Hoje o céu amanheceu errado
Hoje o céu amanheceu errado.
Não sei explicar.
O azul parecia mais raso.
Ou talvez mais grosso.
Como uma tinta velha, empelotada nas bordas do horizonte.
Há três dias que o vento sopra de um lugar que não existe no mapa.
Traz cheiro de coisa morta misturado com alecrim queimando.
É um cheiro que não deveria existir.
Meus ossos doem como se pressentissem um acontecimento.
Não sei qual.
Mas algo se move.
Algo respira no fundo do que não vejo.
Pássaros não passaram hoje.
Nenhum.
Nem sombra.
Nem canto.
Tentei sair.
As portas estavam ali, totalmente abertas.
Mas meu corpo não atravessa mais vãos.
Me tornei coisa densa demais pra atravessar espaços.

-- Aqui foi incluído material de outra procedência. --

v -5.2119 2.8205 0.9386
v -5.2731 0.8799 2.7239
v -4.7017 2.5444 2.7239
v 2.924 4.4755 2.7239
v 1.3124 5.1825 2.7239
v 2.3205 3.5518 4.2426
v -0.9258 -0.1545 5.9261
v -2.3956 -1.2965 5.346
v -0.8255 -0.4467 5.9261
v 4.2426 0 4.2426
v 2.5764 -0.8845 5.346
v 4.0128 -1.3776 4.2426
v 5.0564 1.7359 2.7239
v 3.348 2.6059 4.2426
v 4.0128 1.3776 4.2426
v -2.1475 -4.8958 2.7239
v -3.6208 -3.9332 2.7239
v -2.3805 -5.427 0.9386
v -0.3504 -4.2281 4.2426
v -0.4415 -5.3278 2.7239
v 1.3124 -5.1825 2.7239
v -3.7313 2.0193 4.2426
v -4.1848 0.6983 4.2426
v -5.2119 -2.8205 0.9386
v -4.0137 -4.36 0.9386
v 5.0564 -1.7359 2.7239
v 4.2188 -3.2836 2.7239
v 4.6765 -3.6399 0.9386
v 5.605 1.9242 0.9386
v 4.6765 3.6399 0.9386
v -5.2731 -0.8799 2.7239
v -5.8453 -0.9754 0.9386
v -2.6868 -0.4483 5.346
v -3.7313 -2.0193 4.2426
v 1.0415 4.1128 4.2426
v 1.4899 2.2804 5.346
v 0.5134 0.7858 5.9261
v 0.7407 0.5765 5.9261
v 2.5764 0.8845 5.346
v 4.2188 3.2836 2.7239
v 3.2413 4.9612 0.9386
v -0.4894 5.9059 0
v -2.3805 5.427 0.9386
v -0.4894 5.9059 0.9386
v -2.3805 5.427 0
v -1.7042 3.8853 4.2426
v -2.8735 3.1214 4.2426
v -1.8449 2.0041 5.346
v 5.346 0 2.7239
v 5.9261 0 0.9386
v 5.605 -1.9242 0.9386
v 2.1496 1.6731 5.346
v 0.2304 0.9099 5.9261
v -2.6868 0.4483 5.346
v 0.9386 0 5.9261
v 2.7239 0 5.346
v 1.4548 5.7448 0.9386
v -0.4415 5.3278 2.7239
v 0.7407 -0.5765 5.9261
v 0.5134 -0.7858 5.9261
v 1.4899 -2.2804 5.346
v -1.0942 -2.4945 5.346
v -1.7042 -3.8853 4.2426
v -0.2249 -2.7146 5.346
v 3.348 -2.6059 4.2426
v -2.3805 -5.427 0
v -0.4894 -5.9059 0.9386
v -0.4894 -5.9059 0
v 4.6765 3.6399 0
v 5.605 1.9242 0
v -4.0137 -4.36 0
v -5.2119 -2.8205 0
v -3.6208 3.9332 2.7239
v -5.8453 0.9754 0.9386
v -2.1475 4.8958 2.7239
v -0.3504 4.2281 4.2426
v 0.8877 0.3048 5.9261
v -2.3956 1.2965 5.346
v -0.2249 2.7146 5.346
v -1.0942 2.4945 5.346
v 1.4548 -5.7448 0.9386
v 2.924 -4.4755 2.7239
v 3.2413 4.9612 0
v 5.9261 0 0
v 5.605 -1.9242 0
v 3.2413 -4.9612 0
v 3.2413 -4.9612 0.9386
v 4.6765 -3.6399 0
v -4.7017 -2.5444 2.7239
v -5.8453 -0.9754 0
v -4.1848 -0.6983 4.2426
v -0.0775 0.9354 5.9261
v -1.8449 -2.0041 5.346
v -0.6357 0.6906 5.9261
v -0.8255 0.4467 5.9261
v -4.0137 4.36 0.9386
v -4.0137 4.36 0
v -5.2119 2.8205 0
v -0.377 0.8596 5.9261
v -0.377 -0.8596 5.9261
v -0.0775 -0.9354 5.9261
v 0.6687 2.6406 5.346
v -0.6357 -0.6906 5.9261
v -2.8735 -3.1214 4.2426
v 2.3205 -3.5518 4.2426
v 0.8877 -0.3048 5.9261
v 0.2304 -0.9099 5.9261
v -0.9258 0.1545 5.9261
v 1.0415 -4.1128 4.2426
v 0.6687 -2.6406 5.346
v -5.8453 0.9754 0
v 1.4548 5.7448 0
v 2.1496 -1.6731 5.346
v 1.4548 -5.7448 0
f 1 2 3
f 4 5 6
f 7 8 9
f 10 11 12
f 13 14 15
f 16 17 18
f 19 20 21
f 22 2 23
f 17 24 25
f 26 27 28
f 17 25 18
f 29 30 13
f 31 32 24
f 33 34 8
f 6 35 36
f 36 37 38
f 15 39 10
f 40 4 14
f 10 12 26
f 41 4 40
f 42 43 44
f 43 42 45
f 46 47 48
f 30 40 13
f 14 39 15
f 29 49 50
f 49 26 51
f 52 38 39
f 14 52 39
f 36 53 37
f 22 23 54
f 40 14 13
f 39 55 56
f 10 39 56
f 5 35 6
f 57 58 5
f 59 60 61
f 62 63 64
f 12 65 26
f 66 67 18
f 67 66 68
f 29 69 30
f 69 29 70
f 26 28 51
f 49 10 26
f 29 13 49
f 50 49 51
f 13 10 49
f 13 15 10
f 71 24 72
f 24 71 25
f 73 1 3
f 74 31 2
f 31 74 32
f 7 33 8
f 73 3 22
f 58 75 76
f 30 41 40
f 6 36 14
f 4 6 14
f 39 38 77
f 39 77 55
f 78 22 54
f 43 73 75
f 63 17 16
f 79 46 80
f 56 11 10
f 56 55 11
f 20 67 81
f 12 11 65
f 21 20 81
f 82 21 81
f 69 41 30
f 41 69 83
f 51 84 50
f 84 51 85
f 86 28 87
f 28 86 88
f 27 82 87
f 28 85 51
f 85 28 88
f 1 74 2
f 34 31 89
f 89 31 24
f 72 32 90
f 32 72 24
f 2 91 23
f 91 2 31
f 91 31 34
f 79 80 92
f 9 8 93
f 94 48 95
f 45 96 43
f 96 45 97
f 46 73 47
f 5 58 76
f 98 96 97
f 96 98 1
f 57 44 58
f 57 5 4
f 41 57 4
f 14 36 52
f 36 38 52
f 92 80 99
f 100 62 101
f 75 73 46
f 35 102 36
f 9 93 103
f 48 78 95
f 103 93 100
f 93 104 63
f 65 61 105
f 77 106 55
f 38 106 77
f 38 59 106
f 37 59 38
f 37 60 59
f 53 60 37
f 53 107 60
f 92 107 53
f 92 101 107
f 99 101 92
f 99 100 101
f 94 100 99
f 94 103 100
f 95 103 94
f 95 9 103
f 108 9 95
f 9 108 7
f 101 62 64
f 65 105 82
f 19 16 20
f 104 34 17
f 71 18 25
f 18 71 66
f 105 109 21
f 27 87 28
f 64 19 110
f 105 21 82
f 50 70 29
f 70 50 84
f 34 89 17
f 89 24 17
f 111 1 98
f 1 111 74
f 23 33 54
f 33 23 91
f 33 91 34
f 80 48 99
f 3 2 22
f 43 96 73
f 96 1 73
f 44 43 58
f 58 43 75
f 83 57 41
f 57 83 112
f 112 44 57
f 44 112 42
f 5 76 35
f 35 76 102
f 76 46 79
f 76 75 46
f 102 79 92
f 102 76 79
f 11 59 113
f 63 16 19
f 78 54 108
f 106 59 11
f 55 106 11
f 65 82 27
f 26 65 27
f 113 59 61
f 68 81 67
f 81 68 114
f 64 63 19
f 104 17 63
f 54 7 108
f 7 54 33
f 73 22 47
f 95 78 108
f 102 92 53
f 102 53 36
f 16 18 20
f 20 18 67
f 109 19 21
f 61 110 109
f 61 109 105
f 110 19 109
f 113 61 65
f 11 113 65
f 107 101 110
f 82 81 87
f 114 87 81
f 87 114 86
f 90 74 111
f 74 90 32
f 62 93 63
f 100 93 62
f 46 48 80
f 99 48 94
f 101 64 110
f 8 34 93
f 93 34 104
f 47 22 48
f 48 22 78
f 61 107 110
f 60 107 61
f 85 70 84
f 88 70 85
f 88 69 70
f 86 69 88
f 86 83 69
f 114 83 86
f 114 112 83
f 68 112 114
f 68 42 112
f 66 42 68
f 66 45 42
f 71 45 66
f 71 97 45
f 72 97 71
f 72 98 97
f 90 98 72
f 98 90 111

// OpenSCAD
// Generated by generate_scads.py
union() {
  intersection() {
    sphere(r=6);
    cylinder(h=15, r=10, center=false);
    sphere(r=12);
  }
  difference() {
    sphere(r=10);
    cube(size=[5,25,25], center=false);
    sphere(r=8);
    sphere(r=12);
  }
}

Minhas mãos amanheceram riscadas.
Linhas que não lembro de desenhar.
Umas tortas, outras em espiral.
Algumas pareciam formigas.
Ou marcas que só a terra entende.
Sonhei com uma mulher sem rosto.
Ela me entregou um objeto que não reconheci,
e então disse:
“Isso é sua última palavra.”
E sumiu.
Não sei se é metáfora.
Não sei se é praga.
Não sei se é só mais uma febre.
O teto pinga um líquido que não é água.
Não é bem nada.
Não tem cheiro, não tem gosto, não tem cor.
Mas corrói.
Corrói tudo o que toca.
Me sentei no chão.
Rabisquei na parede:
“Se alguém encontrar esse corpo, finja que não viu.”
Há coisas aqui.
Não sei se são fantasmas, se são pensamentos, se sou eu mesmo em outros estados.
Às vezes escuto uma voz grossa, vindo de dentro da parede.
Outras, um murmúrio que só diz uma palavra: fica.
Não sei se é um conselho.
Não sei se é uma ameaça.
Meu corpo pede fuga.
Minha alma pede sumiço.
E há um terceiro dentro de mim que não pede nada.
Só observa.
Totalmente calado.
Totalmente imóvel.
Feito uma pedra esquecida no fundo do rio.
Escrevo isso não pra ser lido.
Nem pra ser entendido.
Escrevo porque se eu não escrevo, eu vazo.
Escorro.
Desapareço nas frestas do meu próprio corpo.
Amanhã talvez eu acorde sendo outro.
Ou nem acorde.
Ou acorde sendo coisa nenhuma.
De qualquer forma, deixo aqui esse resto.
Esse pedaço.
Esse ruído.
Esse rastro que talvez nem seja meu.